• [To do]: How many lines of the entries below include the word "side"? Answer with the number alone.

• [Entries shown]:

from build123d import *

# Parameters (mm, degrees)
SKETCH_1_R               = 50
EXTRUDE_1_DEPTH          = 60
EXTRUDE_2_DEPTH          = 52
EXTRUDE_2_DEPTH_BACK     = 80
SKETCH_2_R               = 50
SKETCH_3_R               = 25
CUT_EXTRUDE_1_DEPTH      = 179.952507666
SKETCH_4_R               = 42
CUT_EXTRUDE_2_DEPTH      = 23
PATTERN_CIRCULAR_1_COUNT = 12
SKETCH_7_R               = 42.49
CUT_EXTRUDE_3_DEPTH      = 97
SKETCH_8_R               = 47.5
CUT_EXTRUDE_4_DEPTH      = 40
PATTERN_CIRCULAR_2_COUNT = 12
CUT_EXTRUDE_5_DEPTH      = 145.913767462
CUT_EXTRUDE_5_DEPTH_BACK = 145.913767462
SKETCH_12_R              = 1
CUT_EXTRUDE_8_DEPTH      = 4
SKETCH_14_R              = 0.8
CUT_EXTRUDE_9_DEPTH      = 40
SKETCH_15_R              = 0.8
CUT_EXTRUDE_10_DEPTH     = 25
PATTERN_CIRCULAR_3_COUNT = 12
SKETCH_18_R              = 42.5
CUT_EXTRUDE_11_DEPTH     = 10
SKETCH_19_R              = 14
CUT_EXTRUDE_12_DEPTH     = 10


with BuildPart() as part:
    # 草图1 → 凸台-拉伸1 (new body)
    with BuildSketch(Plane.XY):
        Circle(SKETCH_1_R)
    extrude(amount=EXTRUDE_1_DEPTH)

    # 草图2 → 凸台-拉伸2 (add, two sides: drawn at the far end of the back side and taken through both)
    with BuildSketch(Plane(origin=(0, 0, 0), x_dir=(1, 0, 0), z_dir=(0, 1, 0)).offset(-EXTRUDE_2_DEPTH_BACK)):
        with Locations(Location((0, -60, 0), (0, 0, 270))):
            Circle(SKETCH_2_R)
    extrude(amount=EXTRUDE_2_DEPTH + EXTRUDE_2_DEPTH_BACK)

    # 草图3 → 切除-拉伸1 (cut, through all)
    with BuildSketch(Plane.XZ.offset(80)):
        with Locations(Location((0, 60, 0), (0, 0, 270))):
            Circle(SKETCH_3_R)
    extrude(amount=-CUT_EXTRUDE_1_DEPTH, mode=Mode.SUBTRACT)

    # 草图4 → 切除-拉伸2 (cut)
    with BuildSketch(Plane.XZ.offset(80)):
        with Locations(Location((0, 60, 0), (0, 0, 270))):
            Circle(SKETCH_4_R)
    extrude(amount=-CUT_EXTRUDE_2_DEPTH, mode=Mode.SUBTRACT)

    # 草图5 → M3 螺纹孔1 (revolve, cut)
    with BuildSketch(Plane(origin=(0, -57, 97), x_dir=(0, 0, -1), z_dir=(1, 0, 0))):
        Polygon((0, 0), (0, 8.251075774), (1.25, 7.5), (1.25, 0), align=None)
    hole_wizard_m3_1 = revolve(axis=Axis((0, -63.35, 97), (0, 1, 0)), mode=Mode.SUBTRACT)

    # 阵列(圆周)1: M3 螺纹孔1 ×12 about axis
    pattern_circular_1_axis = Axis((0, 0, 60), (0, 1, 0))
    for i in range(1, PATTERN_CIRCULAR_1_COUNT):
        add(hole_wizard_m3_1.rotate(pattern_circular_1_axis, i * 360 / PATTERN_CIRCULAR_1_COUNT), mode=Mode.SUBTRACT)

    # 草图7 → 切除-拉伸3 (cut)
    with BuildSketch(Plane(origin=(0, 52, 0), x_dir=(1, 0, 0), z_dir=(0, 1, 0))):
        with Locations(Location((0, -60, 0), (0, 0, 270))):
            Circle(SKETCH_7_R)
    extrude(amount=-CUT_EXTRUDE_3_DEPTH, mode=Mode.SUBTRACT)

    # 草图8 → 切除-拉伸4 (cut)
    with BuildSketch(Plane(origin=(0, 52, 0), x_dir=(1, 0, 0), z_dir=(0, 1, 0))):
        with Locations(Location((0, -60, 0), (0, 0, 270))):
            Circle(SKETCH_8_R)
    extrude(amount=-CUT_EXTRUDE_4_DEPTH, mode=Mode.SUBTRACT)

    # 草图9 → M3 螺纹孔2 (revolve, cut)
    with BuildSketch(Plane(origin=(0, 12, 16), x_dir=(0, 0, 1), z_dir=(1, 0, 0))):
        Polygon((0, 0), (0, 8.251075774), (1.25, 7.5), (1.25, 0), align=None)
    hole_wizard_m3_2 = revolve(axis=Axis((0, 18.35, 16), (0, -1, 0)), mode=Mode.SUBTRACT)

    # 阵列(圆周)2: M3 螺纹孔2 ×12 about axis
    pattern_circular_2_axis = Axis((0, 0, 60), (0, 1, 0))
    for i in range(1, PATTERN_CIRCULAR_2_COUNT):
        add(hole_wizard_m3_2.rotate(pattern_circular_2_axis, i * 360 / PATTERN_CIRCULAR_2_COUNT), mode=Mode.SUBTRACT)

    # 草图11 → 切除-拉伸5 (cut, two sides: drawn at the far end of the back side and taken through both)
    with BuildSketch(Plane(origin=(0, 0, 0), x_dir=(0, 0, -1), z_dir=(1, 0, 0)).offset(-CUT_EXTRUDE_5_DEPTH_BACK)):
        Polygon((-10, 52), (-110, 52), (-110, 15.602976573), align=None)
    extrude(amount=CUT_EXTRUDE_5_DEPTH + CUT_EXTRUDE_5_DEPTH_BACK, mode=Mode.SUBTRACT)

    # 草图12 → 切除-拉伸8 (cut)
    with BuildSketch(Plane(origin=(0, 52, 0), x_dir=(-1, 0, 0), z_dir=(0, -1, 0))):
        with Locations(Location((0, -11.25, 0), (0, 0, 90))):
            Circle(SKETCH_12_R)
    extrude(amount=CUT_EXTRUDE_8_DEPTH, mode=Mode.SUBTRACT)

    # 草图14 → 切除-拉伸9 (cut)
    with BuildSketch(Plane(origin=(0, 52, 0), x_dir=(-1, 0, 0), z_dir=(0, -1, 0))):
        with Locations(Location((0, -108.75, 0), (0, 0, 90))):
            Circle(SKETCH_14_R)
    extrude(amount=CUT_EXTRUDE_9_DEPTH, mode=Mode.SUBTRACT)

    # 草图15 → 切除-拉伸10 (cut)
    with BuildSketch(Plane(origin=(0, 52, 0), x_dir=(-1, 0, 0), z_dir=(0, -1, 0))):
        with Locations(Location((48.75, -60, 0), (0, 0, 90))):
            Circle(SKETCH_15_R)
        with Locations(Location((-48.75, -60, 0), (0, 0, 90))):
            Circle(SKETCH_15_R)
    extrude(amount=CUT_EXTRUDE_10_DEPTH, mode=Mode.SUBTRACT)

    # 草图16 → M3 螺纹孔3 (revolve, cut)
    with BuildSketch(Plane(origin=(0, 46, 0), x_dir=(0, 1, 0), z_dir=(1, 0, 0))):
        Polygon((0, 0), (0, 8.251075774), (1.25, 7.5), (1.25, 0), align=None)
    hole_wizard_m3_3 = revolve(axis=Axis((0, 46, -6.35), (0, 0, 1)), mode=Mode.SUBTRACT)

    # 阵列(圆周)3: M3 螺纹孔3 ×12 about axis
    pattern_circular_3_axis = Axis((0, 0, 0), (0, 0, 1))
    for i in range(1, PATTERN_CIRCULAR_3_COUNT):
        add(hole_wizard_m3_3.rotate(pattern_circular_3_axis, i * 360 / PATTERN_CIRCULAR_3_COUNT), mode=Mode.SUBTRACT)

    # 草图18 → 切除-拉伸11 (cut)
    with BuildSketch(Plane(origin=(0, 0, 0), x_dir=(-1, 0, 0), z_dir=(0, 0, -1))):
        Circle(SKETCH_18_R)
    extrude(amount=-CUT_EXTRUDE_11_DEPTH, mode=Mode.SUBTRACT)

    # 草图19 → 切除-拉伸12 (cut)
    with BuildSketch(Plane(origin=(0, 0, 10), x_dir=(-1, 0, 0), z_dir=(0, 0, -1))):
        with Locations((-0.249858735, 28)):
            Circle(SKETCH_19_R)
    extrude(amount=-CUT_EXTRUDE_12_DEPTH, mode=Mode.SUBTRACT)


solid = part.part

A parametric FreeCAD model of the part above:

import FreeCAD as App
import Part
import Sketcher
Q = App.Units.Quantity


def add_polygon(sketch, points):
    """Adds a closed chain of lines whose ends are joined by coincident constraints."""
    first, n = sketch.GeometryCount, len(points)
    for a, b in zip(points, points[1:] + points[:1]):
        sketch.addGeometry(Part.LineSegment(App.Vector(*a, 0), App.Vector(*b, 0)), False)
    for i in range(n):
        sketch.addConstraint(Sketcher.Constraint("Coincident", first + i, 2, first + (i + 1) % n, 1))

doc = App.newDocument("Part")
body = doc.addObject("PartDesign::Body", "Body")

sketch1 = doc.addObject("Sketcher::SketchObject", "Sketch")
body.addObject(sketch1)
sketch1.AttachmentSupport = (doc.XY_Plane, [""])
sketch1.MapMode = "FlatFace"
sketch1.addGeometry(Part.Circle(App.Vector(0, 0, 0), App.Vector(0, 0, 1), 50), False)
sketch1.addConstraint(Sketcher.Constraint("Coincident", 0, 3, -1, 1))
sketch1.addConstraint(Sketcher.Constraint("Diameter", 0, Q("100 mm")))
pad1 = doc.addObject("PartDesign::Pad", "Pad")
body.addObject(pad1)
pad1.Profile = sketch1
pad1.Length = 60

sketch2 = doc.addObject("Sketcher::SketchObject", "Sketch001")
body.addObject(sketch2)
sketch2.AttachmentSupport = (doc.XZ_Plane, [""])
sketch2.MapMode = "FlatFace"
sketch2.addGeometry(Part.Circle(App.Vector(0, 60, 0), App.Vector(0, 0, 1), 50), False)
sketch2.addConstraint(Sketcher.Constraint("PointOnObject", 0, 3, -2))
sketch2.addConstraint(Sketcher.Constraint("Diameter", 0, Q("100 mm")))
sketch2.addConstraint(Sketcher.Constraint("DistanceY", -1, 1, 0, 3, Q("60 mm")))
pad2 = doc.addObject("PartDesign::Pad", "Pad001")
body.addObject(pad2)
pad2.Profile = sketch2
pad2.Type = "TwoLengths"
pad2.Length = 52
pad2.Length2 = 80
pad2.Reversed = True

sketch3 = doc.addObject("Sketcher::SketchObject", "Sketch002")
body.addObject(sketch3)
sketch3.AttachmentSupport = (doc.XZ_Plane, [""])
sketch3.MapMode = "FlatFace"
sketch3.AttachmentOffset = App.Placement(App.Vector(0, 0, 80), App.Rotation())
sketch3.addGeometry(Part.Circle(App.Vector(0, 60, 0), App.Vector(0, 0, 1), 25), False)
sketch3.addConstraint(Sketcher.Constraint("PointOnObject", 0, 3, -2))
sketch3.addConstraint(Sketcher.Constraint("Diameter", 0, Q("50 mm")))
sketch3.addConstraint(Sketcher.Constraint("DistanceY", -1, 1, 0, 3, Q("60 mm")))
pocket1 = doc.addObject("PartDesign::Pocket", "Pocket")
body.addObject(pocket1)
pocket1.Profile = sketch3
pocket1.Type = "ThroughAll"

sketch4 = doc.addObject("Sketcher::SketchObject", "Sketch003")
body.addObject(sketch4)
sketch4.AttachmentSupport = (doc.XZ_Plane, [""])
sketch4.MapMode = "FlatFace"
sketch4.AttachmentOffset = App.Placement(App.Vector(0, 0, 80), App.Rotation())
sketch4.addGeometry(Part.Circle(App.Vector(0, 60, 0), App.Vector(0, 0, 1), 42), False)
sketch4.addConstraint(Sketcher.Constraint("PointOnObject", 0, 3, -2))
sketch4.addConstraint(Sketcher.Constraint("Diameter", 0, Q("84 mm")))
sketch4.addConstraint(Sketcher.Constraint("DistanceY", -1, 1, 0, 3, Q("60 mm")))
pocket2 = doc.addObject("PartDesign::Pocket", "Pocket001")
body.addObject(pocket2)
pocket2.Profile = sketch4
pocket2.Length = 23
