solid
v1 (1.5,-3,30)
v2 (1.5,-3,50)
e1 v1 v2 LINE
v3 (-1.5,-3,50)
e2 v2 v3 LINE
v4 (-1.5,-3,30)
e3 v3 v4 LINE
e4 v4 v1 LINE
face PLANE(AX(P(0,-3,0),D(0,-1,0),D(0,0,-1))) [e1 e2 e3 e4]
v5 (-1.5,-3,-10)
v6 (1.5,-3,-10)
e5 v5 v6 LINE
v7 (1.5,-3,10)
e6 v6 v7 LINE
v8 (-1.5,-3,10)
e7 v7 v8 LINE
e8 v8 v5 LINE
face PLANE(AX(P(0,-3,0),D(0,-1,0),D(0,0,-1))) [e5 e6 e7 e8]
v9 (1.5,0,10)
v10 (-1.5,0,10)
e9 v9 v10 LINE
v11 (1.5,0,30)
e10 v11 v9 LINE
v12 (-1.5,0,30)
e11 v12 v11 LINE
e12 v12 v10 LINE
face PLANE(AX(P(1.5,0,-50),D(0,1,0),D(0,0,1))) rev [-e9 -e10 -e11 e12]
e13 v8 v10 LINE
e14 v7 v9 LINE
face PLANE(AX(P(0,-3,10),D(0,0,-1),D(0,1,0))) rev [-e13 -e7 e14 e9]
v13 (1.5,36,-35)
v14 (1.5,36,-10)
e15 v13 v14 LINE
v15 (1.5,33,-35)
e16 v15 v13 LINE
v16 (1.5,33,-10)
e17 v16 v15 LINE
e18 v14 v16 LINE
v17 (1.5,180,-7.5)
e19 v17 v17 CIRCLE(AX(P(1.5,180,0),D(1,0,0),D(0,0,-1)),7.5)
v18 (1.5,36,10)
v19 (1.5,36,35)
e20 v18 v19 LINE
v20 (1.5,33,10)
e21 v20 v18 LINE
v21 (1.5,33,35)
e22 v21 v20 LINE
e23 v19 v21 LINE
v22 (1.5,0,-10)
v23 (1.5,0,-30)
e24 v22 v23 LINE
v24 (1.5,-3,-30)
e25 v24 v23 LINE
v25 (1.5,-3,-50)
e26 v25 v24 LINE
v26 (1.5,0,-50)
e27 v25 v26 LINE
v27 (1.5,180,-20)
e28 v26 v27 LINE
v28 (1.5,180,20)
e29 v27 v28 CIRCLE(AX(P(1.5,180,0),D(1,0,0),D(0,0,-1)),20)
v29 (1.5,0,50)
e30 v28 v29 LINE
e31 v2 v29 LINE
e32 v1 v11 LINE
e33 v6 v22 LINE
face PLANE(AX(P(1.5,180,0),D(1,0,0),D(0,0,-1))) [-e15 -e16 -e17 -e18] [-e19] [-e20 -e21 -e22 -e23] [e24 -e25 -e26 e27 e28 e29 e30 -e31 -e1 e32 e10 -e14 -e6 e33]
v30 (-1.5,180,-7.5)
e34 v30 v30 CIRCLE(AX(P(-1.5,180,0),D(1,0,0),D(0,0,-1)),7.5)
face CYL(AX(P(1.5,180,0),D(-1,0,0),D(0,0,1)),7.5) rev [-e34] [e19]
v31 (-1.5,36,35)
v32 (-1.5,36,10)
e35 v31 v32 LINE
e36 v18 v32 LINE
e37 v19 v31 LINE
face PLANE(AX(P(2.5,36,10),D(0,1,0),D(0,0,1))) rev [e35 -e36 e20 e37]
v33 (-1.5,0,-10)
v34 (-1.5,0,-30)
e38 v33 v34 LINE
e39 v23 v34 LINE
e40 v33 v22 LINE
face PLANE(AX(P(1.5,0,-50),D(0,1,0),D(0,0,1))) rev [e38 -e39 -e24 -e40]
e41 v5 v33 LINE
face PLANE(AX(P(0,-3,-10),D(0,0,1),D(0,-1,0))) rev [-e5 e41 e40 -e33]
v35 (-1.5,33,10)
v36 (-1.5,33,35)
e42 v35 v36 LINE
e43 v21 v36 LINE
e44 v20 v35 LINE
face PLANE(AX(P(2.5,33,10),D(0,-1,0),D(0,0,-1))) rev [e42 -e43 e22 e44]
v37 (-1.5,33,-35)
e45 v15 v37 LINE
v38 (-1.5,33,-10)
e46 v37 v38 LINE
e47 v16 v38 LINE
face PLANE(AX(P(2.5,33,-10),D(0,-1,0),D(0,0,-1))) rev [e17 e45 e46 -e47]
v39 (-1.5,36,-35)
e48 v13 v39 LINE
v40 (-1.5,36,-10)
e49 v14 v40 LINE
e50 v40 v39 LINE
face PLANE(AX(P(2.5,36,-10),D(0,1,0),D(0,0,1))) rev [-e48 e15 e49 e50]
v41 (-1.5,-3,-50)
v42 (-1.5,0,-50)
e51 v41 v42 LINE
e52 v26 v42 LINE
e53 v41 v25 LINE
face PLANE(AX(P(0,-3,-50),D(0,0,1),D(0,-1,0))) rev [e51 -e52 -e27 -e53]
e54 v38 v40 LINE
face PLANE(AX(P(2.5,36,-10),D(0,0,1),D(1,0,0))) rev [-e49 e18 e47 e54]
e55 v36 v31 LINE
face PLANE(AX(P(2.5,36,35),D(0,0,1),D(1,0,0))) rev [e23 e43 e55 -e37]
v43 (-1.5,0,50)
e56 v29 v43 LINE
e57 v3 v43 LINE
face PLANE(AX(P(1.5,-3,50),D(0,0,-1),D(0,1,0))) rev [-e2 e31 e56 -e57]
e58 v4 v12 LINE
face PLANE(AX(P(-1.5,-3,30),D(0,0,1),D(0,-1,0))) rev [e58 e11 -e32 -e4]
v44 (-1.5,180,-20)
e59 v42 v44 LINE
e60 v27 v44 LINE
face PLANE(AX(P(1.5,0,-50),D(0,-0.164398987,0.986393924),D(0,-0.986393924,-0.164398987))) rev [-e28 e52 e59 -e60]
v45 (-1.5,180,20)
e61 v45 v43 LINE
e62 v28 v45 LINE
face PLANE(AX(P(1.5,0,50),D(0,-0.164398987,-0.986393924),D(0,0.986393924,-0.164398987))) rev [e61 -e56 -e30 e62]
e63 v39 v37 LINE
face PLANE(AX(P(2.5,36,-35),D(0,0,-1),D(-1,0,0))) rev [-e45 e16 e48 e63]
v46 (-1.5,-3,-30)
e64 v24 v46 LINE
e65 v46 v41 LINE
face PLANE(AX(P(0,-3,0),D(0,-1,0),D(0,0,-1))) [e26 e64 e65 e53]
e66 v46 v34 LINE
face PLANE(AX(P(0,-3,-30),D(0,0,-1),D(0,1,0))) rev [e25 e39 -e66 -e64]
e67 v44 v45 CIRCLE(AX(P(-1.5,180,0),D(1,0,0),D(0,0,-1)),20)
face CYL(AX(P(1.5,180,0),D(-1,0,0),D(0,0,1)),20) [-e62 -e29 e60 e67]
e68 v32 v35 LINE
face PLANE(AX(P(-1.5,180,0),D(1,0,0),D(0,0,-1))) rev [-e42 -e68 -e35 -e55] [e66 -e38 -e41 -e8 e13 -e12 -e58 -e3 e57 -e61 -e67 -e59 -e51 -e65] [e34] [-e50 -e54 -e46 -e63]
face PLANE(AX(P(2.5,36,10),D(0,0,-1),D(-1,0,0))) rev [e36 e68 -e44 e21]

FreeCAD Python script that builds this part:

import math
import FreeCAD as App
import Part
import Sketcher
from FreeCAD import Vector
Q = App.Units.Quantity

doc = App.newDocument("Part")
body = doc.addObject("PartDesign::Body", "Body")

sketch1 = doc.addObject("Sketcher::SketchObject", "Sketch")
body.addObject(sketch1)
sketch1.AttachmentSupport = (doc.YZ_Plane, [""])
sketch1.MapMode = "FlatFace"
sketch1.addGeometry([
    Part.LineSegment(Vector(0, 50, 0), Vector(0, -50, 0)),
    Part.LineSegment(Vector(0, -50, 0), Vector(180, -20, 0)),
    Part.ArcOfCircle(Part.Circle(Vector(180, 0, 0), Vector(0, 0, 1), 20), math.radians(-90), math.radians(90)),
    Part.LineSegment(Vector(180, 20, 0), Vector(0, 50, 0)),
    Part.Circle(Vector(180, 0, 0), Vector(0, 0, 1), 8),
], False)
sketch1.addConstraint([
    Sketcher.Constraint("Coincident", 0, 2, 1, 1),
    Sketcher.Constraint("Coincident", 1, 2, 2, 1),
    Sketcher.Constraint("Coincident", 2, 2, 3, 1),
    Sketcher.Constraint("Coincident", 3, 2, 0, 1),
    Sketcher.Constraint("Vertical", 0),
    Sketcher.Constraint("Coincident", 4, 3, 2, 3),
    Sketcher.Constraint("Symmetric", 0, 2, 3, 2, -1, 1),
    Sketcher.Constraint("Symmetric", 1, 2, 2, 2, -1),
    Sketcher.Constraint("Vertical", 4, 3, 1, 2),
    Sketcher.Constraint("Diameter", 4, Q("15 mm")),
    Sketcher.Constraint("Radius", 2, Q("20 mm")),
    Sketcher.Constraint("DistanceY", 0, 2, 0, 1, Q("100 mm")),
    Sketcher.Constraint("DistanceX", -1, 1, 2, 3, Q("180 mm")),
])
pad1 = doc.addObject("PartDesign::Pad", "Pad")
body.addObject(pad1)
pad1.Profile = sketch1
pad1.Length = 3
pad1.Midplane = True

sketch2 = doc.addObject("Sketcher::SketchObject", "Sketch001")
body.addObject(sketch2)
sketch2.AttachmentSupport = (doc.YZ_Plane, [""])
sketch2.MapMode = "FlatFace"
sketch2.AttachmentOffset = App.Placement(Vector(0, 0, -1.5), App.Rotation())
sketch2.addGeometry([
    Part.LineSegment(Vector(36, 10, 0), Vector(33, 10, 0)),
    Part.LineSegment(Vector(33, 10, 0), Vector(33, 35, 0)),
    Part.LineSegment(Vector(33, 35, 0), Vector(36, 35, 0)),
    Part.LineSegment(Vector(36, 35, 0), Vector(36, 10, 0)),
    Part.LineSegment(Vector(36, -35, 0), Vector(33, -35, 0)),
    Part.LineSegment(Vector(33, -35, 0), Vector(33, -10, 0)),
    Part.LineSegment(Vector(33, -10, 0), Vector(36, -10, 0)),
    Part.LineSegment(Vector(36, -10, 0), Vector(36, -35, 0)),
], False)
sketch2.addConstraint([
    Sketcher.Constraint("Coincident", 0, 2, 1, 1),
    Sketcher.Constraint("Coincident", 1, 2, 2, 1),
    Sketcher.Constraint("Coincident", 2, 2, 3, 1),
    Sketcher.Constraint("Coincident", 3, 2, 0, 1),
    Sketcher.Constraint("Coincident", 4, 2, 5, 1),
    Sketcher.Constraint("Coincident", 5, 2, 6, 1),
    Sketcher.Constraint("Coincident", 6, 2, 7, 1),
    Sketcher.Constraint("Coincident", 7, 2, 4, 1),
    Sketcher.Constraint("Horizontal", 0),
    Sketcher.Constraint("Vertical", 1),
    Sketcher.Constraint("Horizontal", 2),
    Sketcher.Constraint("Vertical", 3),
    Sketcher.Constraint("Horizontal", 4),
    Sketcher.Constraint("Vertical", 5),
    Sketcher.Constraint("Horizontal", 6),
    Sketcher.Constraint("Vertical", 7),
    Sketcher.Constraint("Symmetric", 1, 2, 4, 2, -1),
    Sketcher.Constraint("Symmetric", 3, 2, 6, 2, -1),
    Sketcher.Constraint("DistanceX", 0, 2, 0, 1, Q("3 mm")),
    Sketcher.Constraint("DistanceY", 1, 1, 1, 2, Q("25 mm")),
    Sketcher.Constraint("DistanceX", -1, 1, 0, 2, Q("33 mm")),
    Sketcher.Constraint("DistanceY", -1, 1, 0, 2, Q("10 mm")),
])
pocket1 = doc.addObject("PartDesign::Pocket", "Pocket")
body.addObject(pocket1)
pocket1.Profile = sketch2
pocket1.Length = 4
pocket1.Reversed = True

sketch3 = doc.addObject("Sketcher::SketchObject", "Sketch002")
body.addObject(sketch3)
sketch3.AttachmentSupport = (doc.XZ_Plane, [""])
sketch3.MapMode = "FlatFace"
sketch3.addGeometry([
    Part.LineSegment(Vector(-1.5, 10, 0), Vector(-1.5, -10, 0)),
    Part.LineSegment(Vector(-1.5, -10, 0), Vector(1.5, -10, 0)),
    Part.LineSegment(Vector(1.5, -10, 0), Vector(1.5, 10, 0)),
    Part.LineSegment(Vector(1.5, 10, 0), Vector(-1.5, 10, 0)),
    Part.LineSegment(Vector(-1.5, -30, 0), Vector(-1.5, -50, 0)),
    Part.LineSegment(Vector(-1.5, -50, 0), Vector(1.5, -50, 0)),
    Part.LineSegment(Vector(1.5, -50, 0), Vector(1.5, -30, 0)),
    Part.LineSegment(Vector(1.5, -30, 0), Vector(-1.5, -30, 0)),
    Part.LineSegment(Vector(-1.5, 50, 0), Vector(-1.5, 30, 0)),
    Part.LineSegment(Vector(-1.5, 30, 0), Vector(1.5, 30, 0)),
    Part.LineSegment(Vector(1.5, 30, 0), Vector(1.5, 50, 0)),
    Part.LineSegment(Vector(1.5, 50, 0), Vector(-1.5, 50, 0)),
], False)
sketch3.addConstraint([
    Sketcher.Constraint("Coincident", 0, 2, 1, 1),
    Sketcher.Constraint("Coincident", 1, 2, 2, 1),
    Sketcher.Constraint("Coincident", 2, 2, 3, 1),
    Sketcher.Constraint("Coincident", 3, 2, 0, 1),
    Sketcher.Constraint("Coincident", 4, 2, 5, 1),
    Sketcher.Constraint("Coincident", 5, 2, 6, 1),
    Sketcher.Constraint("Coincident", 6, 2, 7, 1),
    Sketcher.Constraint("Coincident", 7, 2, 4, 1),
    Sketcher.Constraint("Coincident", 8, 2, 9, 1),
    Sketcher.Constraint("Coincident", 9, 2, 10, 1),
    Sketcher.Constraint("Coincident", 10, 2, 11, 1),
    Sketcher.Constraint("Coincident", 11, 2, 8, 1),
    Sketcher.Constraint("Vertical", 0),
    Sketcher.Constraint("Horizontal", 1),
    Sketcher.Constraint("Vertical", 2),
    Sketcher.Constraint("Horizontal", 3),
    Sketcher.Constraint("Vertical", 4),
    Sketcher.Constraint("Horizontal", 5),
    Sketcher.Constraint("Vertical", 6),
    Sketcher.Constraint("Horizontal", 7),
    Sketcher.Constraint("Vertical", 8),
    Sketcher.Constraint("Horizontal", 9),
    Sketcher.Constraint("Vertical", 10),
    Sketcher.Constraint("Horizontal", 11),
    Sketcher.Constraint("Symmetric", 0, 2, 2, 2, -1, 1),
    Sketcher.Constraint("Symmetric", 6, 2, 8, 2, -1, 1),
    Sketcher.Constraint("Symmetric", 4, 2, 10, 2, -1, 1),
    Sketcher.Constraint("Vertical", 3, 2, 4, 2),
    Sketcher.Constraint("Vertical", 2, 2, 5, 2),
    Sketcher.Constraint("Equal", 2, 4),
    Sketcher.Constraint("DistanceX", 1, 1, 1, 2, Q("3 mm")),
    Sketcher.Constraint("DistanceY", 0, 2, 0, 1, Q("20 mm")),
    Sketcher.Constraint("DistanceY", 4, 2, -1, 1, Q("50 mm")),
])
pad2 = doc.addObject("PartDesign::Pad", "Pad001")
body.addObject(pad2)
pad2.Profile = sketch3
pad2.Length = 3

doc.recompute()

• [Response to this task]: 2